Lines below starting with the line with "v62 (-3.299557,-5.715,4.826)" and going on through the line with "e94 v72 v39 LINE" must be output exactly; the rest of the records must be left out.

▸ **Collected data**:
□ □ □ □ □
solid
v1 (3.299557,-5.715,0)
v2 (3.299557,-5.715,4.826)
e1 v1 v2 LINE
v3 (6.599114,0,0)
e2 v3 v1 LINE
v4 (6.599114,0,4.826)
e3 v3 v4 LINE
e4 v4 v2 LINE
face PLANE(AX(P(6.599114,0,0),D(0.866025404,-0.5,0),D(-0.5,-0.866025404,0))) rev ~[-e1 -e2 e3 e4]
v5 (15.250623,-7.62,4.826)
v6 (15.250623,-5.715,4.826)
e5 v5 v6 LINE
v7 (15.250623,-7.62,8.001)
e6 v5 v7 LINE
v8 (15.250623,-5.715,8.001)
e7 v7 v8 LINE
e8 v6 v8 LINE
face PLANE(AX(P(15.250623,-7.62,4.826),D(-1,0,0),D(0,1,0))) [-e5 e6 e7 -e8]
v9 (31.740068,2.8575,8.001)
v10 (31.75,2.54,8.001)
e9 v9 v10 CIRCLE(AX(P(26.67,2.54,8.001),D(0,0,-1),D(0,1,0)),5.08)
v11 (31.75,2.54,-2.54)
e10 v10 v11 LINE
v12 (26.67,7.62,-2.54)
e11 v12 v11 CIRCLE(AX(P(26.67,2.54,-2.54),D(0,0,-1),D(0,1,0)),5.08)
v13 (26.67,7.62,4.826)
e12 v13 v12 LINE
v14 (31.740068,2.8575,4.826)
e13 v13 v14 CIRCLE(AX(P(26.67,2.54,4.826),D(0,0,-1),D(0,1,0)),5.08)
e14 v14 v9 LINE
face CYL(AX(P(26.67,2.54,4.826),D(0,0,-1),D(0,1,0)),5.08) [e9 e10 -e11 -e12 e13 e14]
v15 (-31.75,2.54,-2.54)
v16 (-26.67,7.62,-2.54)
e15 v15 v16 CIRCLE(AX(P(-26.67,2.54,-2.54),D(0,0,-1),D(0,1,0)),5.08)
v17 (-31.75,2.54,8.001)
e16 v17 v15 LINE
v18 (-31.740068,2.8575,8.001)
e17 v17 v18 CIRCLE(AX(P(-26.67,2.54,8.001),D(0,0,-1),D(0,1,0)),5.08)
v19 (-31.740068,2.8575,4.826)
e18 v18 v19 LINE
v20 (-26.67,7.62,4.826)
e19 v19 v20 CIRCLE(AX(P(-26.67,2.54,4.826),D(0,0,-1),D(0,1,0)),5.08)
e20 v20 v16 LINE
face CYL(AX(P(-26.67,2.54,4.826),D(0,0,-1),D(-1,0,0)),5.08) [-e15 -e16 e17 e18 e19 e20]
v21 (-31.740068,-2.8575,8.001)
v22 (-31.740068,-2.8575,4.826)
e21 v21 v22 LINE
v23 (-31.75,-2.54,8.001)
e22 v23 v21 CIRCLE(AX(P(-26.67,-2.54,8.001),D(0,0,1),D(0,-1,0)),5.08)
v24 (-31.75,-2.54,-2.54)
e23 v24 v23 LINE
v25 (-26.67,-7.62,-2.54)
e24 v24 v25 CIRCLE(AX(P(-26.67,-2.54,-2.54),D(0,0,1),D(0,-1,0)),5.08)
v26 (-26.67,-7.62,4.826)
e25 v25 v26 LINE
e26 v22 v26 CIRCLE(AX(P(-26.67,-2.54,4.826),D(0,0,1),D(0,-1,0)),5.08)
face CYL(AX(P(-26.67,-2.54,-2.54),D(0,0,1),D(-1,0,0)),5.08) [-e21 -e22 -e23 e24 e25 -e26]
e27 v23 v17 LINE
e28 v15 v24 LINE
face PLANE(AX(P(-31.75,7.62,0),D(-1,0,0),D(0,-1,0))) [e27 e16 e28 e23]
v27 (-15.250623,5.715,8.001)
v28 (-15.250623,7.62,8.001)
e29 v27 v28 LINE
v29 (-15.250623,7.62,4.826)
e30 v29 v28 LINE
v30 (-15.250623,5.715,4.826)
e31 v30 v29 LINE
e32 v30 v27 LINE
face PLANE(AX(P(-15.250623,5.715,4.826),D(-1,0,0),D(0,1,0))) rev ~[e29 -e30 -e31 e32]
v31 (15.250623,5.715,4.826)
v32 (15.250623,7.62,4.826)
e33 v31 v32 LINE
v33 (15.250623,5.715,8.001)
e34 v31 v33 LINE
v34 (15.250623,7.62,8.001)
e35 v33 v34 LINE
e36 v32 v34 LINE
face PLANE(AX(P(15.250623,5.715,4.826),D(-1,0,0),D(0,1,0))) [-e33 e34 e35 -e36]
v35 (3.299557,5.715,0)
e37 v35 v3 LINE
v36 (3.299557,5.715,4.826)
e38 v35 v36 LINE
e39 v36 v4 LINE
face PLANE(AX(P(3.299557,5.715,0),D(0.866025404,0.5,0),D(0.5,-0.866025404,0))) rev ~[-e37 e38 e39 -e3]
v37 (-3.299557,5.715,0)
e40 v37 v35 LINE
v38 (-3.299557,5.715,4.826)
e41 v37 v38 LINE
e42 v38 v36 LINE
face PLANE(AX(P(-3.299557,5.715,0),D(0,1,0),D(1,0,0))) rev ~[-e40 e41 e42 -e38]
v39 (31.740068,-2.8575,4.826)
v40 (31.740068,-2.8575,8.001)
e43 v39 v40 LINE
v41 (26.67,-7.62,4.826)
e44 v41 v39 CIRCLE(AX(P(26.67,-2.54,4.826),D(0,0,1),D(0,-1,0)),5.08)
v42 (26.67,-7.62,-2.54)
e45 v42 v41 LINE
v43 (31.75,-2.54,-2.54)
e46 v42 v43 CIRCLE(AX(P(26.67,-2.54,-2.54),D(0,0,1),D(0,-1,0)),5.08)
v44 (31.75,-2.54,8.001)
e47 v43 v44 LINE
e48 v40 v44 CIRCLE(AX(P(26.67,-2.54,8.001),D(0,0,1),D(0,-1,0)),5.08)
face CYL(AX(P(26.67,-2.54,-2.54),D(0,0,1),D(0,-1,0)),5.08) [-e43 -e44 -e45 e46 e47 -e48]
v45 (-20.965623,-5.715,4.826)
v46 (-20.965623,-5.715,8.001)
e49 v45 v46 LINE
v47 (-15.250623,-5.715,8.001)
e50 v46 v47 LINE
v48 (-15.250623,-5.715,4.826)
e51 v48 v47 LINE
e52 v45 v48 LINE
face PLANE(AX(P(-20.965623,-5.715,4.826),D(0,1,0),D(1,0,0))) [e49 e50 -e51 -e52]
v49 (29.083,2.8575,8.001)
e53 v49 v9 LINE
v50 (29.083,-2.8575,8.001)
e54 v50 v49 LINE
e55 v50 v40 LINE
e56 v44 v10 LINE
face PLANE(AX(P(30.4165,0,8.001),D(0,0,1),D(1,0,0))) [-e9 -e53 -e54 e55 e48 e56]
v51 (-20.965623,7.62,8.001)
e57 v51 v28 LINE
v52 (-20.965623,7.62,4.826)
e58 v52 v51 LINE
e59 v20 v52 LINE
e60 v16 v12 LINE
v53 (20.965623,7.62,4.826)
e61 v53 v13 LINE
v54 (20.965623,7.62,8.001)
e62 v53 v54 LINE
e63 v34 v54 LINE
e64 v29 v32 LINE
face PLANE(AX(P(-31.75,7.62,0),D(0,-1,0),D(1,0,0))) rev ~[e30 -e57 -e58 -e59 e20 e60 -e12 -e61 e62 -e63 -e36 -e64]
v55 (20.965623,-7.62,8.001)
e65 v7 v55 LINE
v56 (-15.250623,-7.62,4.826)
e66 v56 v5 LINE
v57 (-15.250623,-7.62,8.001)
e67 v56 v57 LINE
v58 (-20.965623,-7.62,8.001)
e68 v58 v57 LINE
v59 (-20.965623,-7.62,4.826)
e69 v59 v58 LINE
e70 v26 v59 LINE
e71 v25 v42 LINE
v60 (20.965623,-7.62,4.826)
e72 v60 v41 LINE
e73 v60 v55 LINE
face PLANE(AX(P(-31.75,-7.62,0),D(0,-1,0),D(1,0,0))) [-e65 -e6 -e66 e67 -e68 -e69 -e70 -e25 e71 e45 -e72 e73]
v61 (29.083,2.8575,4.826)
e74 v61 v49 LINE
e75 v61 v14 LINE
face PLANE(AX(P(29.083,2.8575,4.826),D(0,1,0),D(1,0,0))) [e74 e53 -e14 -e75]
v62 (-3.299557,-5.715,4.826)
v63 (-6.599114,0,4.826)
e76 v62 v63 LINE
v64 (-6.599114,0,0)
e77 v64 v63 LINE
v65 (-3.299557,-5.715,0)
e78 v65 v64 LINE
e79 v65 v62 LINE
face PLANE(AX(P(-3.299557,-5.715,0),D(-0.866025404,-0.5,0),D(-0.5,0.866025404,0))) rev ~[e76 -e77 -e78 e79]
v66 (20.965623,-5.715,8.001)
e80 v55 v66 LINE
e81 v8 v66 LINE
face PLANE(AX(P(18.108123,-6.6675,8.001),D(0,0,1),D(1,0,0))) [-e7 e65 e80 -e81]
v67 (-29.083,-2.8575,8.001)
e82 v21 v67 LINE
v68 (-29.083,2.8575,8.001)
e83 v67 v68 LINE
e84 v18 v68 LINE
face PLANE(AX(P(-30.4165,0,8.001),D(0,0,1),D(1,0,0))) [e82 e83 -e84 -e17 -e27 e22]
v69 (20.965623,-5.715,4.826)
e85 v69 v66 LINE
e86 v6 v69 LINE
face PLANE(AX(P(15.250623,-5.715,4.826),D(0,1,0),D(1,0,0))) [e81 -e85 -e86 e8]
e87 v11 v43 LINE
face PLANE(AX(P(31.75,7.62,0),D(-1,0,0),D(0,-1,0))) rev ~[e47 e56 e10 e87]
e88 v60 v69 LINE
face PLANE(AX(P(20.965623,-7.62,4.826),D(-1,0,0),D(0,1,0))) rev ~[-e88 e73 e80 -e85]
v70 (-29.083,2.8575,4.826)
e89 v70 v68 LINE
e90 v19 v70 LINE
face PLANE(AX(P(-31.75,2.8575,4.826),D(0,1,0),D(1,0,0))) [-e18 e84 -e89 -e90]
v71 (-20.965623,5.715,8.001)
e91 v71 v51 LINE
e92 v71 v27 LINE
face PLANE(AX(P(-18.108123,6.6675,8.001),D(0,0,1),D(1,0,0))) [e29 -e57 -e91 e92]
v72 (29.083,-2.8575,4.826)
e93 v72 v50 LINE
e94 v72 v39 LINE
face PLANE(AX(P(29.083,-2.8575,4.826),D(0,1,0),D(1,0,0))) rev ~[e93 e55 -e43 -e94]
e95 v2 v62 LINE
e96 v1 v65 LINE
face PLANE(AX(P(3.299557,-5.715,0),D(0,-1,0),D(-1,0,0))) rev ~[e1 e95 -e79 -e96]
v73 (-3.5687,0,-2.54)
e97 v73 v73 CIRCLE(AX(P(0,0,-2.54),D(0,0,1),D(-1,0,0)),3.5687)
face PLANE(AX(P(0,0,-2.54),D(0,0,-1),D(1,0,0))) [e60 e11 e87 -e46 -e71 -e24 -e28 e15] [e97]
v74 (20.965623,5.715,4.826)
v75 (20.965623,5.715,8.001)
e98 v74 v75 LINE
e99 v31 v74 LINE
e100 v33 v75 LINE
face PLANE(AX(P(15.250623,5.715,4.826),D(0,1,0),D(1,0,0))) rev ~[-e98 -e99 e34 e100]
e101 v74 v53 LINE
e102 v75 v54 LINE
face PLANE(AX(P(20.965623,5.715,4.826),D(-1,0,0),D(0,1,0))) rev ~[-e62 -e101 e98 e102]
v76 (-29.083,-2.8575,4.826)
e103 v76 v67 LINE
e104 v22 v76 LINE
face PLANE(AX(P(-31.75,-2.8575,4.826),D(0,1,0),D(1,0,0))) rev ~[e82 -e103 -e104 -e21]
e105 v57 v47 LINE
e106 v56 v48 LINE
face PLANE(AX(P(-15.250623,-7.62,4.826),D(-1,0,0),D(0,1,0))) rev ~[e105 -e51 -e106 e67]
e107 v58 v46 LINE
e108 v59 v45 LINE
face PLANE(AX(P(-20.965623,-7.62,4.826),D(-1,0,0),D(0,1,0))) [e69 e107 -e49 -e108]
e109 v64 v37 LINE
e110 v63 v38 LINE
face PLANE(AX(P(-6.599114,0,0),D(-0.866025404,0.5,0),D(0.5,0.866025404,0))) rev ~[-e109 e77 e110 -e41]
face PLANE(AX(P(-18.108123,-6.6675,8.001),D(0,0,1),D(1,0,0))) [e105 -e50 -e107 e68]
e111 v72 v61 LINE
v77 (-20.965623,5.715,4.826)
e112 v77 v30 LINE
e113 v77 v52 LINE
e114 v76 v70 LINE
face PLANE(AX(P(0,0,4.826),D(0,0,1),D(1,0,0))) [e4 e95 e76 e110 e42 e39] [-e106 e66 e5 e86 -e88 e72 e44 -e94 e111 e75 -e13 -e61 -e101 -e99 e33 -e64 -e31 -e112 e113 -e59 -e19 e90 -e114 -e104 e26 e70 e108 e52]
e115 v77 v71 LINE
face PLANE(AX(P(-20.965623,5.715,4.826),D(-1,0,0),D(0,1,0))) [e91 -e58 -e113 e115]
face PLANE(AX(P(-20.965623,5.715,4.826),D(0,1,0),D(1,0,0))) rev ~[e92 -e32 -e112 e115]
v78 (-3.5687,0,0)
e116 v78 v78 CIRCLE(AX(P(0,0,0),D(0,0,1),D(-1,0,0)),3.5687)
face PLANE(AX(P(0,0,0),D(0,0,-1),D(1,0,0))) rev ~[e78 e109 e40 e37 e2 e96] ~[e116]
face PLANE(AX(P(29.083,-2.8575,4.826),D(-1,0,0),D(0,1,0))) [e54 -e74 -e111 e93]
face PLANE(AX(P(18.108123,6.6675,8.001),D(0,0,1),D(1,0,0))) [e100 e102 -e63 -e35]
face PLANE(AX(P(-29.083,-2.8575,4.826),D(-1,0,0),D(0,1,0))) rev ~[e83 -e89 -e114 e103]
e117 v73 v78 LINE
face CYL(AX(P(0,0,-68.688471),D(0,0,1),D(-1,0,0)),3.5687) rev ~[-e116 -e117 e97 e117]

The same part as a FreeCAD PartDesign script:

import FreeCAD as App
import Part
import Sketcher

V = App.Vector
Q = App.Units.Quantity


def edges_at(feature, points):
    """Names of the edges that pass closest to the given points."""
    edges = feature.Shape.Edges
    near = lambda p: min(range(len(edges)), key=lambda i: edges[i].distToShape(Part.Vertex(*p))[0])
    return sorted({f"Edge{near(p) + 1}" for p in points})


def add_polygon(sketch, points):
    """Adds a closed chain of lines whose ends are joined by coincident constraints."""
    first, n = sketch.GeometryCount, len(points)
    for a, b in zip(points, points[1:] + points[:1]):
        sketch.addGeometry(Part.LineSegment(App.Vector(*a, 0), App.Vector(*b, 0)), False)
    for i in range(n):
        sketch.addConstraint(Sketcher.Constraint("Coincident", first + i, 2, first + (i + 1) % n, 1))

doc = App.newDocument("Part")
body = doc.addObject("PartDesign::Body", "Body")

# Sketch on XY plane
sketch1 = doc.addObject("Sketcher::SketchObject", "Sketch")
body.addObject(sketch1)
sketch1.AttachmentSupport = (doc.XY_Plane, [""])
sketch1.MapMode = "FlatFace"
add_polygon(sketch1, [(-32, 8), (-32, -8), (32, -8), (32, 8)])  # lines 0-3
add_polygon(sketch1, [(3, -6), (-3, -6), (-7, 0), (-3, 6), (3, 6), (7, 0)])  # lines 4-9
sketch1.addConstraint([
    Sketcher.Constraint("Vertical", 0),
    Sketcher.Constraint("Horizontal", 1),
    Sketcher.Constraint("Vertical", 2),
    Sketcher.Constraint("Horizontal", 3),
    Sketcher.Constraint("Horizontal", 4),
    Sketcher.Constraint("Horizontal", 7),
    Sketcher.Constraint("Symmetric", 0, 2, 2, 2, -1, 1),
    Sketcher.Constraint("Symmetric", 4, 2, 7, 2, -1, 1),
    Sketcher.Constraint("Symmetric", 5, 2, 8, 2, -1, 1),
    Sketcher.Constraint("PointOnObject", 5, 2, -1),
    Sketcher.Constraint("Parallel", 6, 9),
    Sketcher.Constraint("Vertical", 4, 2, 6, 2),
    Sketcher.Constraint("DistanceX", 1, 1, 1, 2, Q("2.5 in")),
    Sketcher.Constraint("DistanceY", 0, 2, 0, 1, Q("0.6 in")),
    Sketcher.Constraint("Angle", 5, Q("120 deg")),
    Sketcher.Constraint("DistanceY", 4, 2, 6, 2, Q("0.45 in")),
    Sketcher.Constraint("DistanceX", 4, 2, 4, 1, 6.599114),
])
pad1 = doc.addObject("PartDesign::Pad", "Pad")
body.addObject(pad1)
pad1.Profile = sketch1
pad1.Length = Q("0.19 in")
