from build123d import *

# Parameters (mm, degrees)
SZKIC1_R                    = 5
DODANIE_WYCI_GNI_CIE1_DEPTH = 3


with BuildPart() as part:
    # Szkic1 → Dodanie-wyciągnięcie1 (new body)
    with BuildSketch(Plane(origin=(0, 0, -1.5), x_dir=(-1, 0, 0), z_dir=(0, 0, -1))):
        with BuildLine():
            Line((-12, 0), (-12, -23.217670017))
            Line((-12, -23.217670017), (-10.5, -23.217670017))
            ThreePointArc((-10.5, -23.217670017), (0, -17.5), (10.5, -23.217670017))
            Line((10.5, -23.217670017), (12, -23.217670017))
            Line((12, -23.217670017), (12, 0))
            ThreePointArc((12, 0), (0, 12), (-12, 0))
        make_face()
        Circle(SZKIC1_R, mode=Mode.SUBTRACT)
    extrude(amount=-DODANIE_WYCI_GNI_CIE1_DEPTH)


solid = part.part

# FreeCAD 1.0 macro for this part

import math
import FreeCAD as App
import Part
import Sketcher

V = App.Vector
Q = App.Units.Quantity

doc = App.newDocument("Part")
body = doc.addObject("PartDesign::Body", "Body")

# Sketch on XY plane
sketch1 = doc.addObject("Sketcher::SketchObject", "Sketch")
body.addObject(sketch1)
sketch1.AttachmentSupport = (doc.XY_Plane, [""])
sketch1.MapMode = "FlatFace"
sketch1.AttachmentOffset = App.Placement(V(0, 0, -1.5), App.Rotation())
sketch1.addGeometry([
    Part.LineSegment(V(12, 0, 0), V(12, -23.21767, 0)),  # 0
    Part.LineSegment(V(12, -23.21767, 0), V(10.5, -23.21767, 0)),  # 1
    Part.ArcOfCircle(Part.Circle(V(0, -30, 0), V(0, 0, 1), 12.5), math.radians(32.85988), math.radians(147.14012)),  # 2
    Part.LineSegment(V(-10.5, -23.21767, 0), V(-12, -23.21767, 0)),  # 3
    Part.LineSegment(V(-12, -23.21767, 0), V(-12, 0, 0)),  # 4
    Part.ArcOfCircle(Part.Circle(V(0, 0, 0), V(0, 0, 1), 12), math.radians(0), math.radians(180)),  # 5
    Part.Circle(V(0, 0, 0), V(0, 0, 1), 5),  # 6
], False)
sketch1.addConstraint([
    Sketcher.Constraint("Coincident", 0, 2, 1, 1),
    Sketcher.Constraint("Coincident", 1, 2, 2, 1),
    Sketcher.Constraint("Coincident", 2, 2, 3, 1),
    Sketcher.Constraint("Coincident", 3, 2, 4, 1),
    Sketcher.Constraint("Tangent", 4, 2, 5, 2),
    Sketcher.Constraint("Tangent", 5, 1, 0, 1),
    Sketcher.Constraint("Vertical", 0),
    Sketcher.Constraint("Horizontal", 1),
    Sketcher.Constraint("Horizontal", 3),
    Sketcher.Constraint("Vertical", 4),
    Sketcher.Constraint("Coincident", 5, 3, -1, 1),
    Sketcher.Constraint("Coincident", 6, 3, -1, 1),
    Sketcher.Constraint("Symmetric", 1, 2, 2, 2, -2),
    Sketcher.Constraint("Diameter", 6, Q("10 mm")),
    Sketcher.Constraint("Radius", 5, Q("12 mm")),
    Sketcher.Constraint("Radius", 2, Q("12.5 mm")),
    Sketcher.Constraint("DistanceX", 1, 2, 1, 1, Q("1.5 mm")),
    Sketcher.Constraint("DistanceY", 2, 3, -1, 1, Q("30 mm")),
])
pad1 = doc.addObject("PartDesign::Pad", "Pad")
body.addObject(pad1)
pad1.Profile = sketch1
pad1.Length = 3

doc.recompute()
□ □ □ □ □
▸ **REPLY**:
v62 (-3.299557,-5.715,4.826)
v63 (-6.599114,0,4.826)
e76 v62 v63 LINE
v64 (-6.599114,0,0)
e77 v64 v63 LINE
v65 (-3.299557,-5.715,0)
e78 v65 v64 LINE
e79 v65 v62 LINE
face PLANE(AX(P(-3.299557,-5.715,0),D(-0.866025404,-0.5,0),D(-0.5,0.866025404,0))) rev ~[e76 -e77 -e78 e79]
v66 (20.965623,-5.715,8.001)
e80 v55 v66 LINE
e81 v8 v66 LINE
face PLANE(AX(P(18.108123,-6.6675,8.001),D(0,0,1),D(1,0,0))) [-e7 e65 e80 -e81]
v67 (-29.083,-2.8575,8.001)
e82 v21 v67 LINE
v68 (-29.083,2.8575,8.001)
e83 v67 v68 LINE
e84 v18 v68 LINE
face PLANE(AX(P(-30.4165,0,8.001),D(0,0,1),D(1,0,0))) [e82 e83 -e84 -e17 -e27 e22]
v69 (20.965623,-5.715,4.826)
e85 v69 v66 LINE
e86 v6 v69 LINE
face PLANE(AX(P(15.250623,-5.715,4.826),D(0,1,0),D(1,0,0))) [e81 -e85 -e86 e8]
e87 v11 v43 LINE
face PLANE(AX(P(31.75,7.62,0),D(-1,0,0),D(0,-1,0))) rev ~[e47 e56 e10 e87]
e88 v60 v69 LINE
face PLANE(AX(P(20.965623,-7.62,4.826),D(-1,0,0),D(0,1,0))) rev ~[-e88 e73 e80 -e85]
v70 (-29.083,2.8575,4.826)
e89 v70 v68 LINE
e90 v19 v70 LINE
face PLANE(AX(P(-31.75,2.8575,4.826),D(0,1,0),D(1,0,0))) [-e18 e84 -e89 -e90]
v71 (-20.965623,5.715,8.001)
e91 v71 v51 LINE
e92 v71 v27 LINE
face PLANE(AX(P(-18.108123,6.6675,8.001),D(0,0,1),D(1,0,0))) [e29 -e57 -e91 e92]
v72 (29.083,-2.8575,4.826)
e93 v72 v50 LINE
e94 v72 v39 LINE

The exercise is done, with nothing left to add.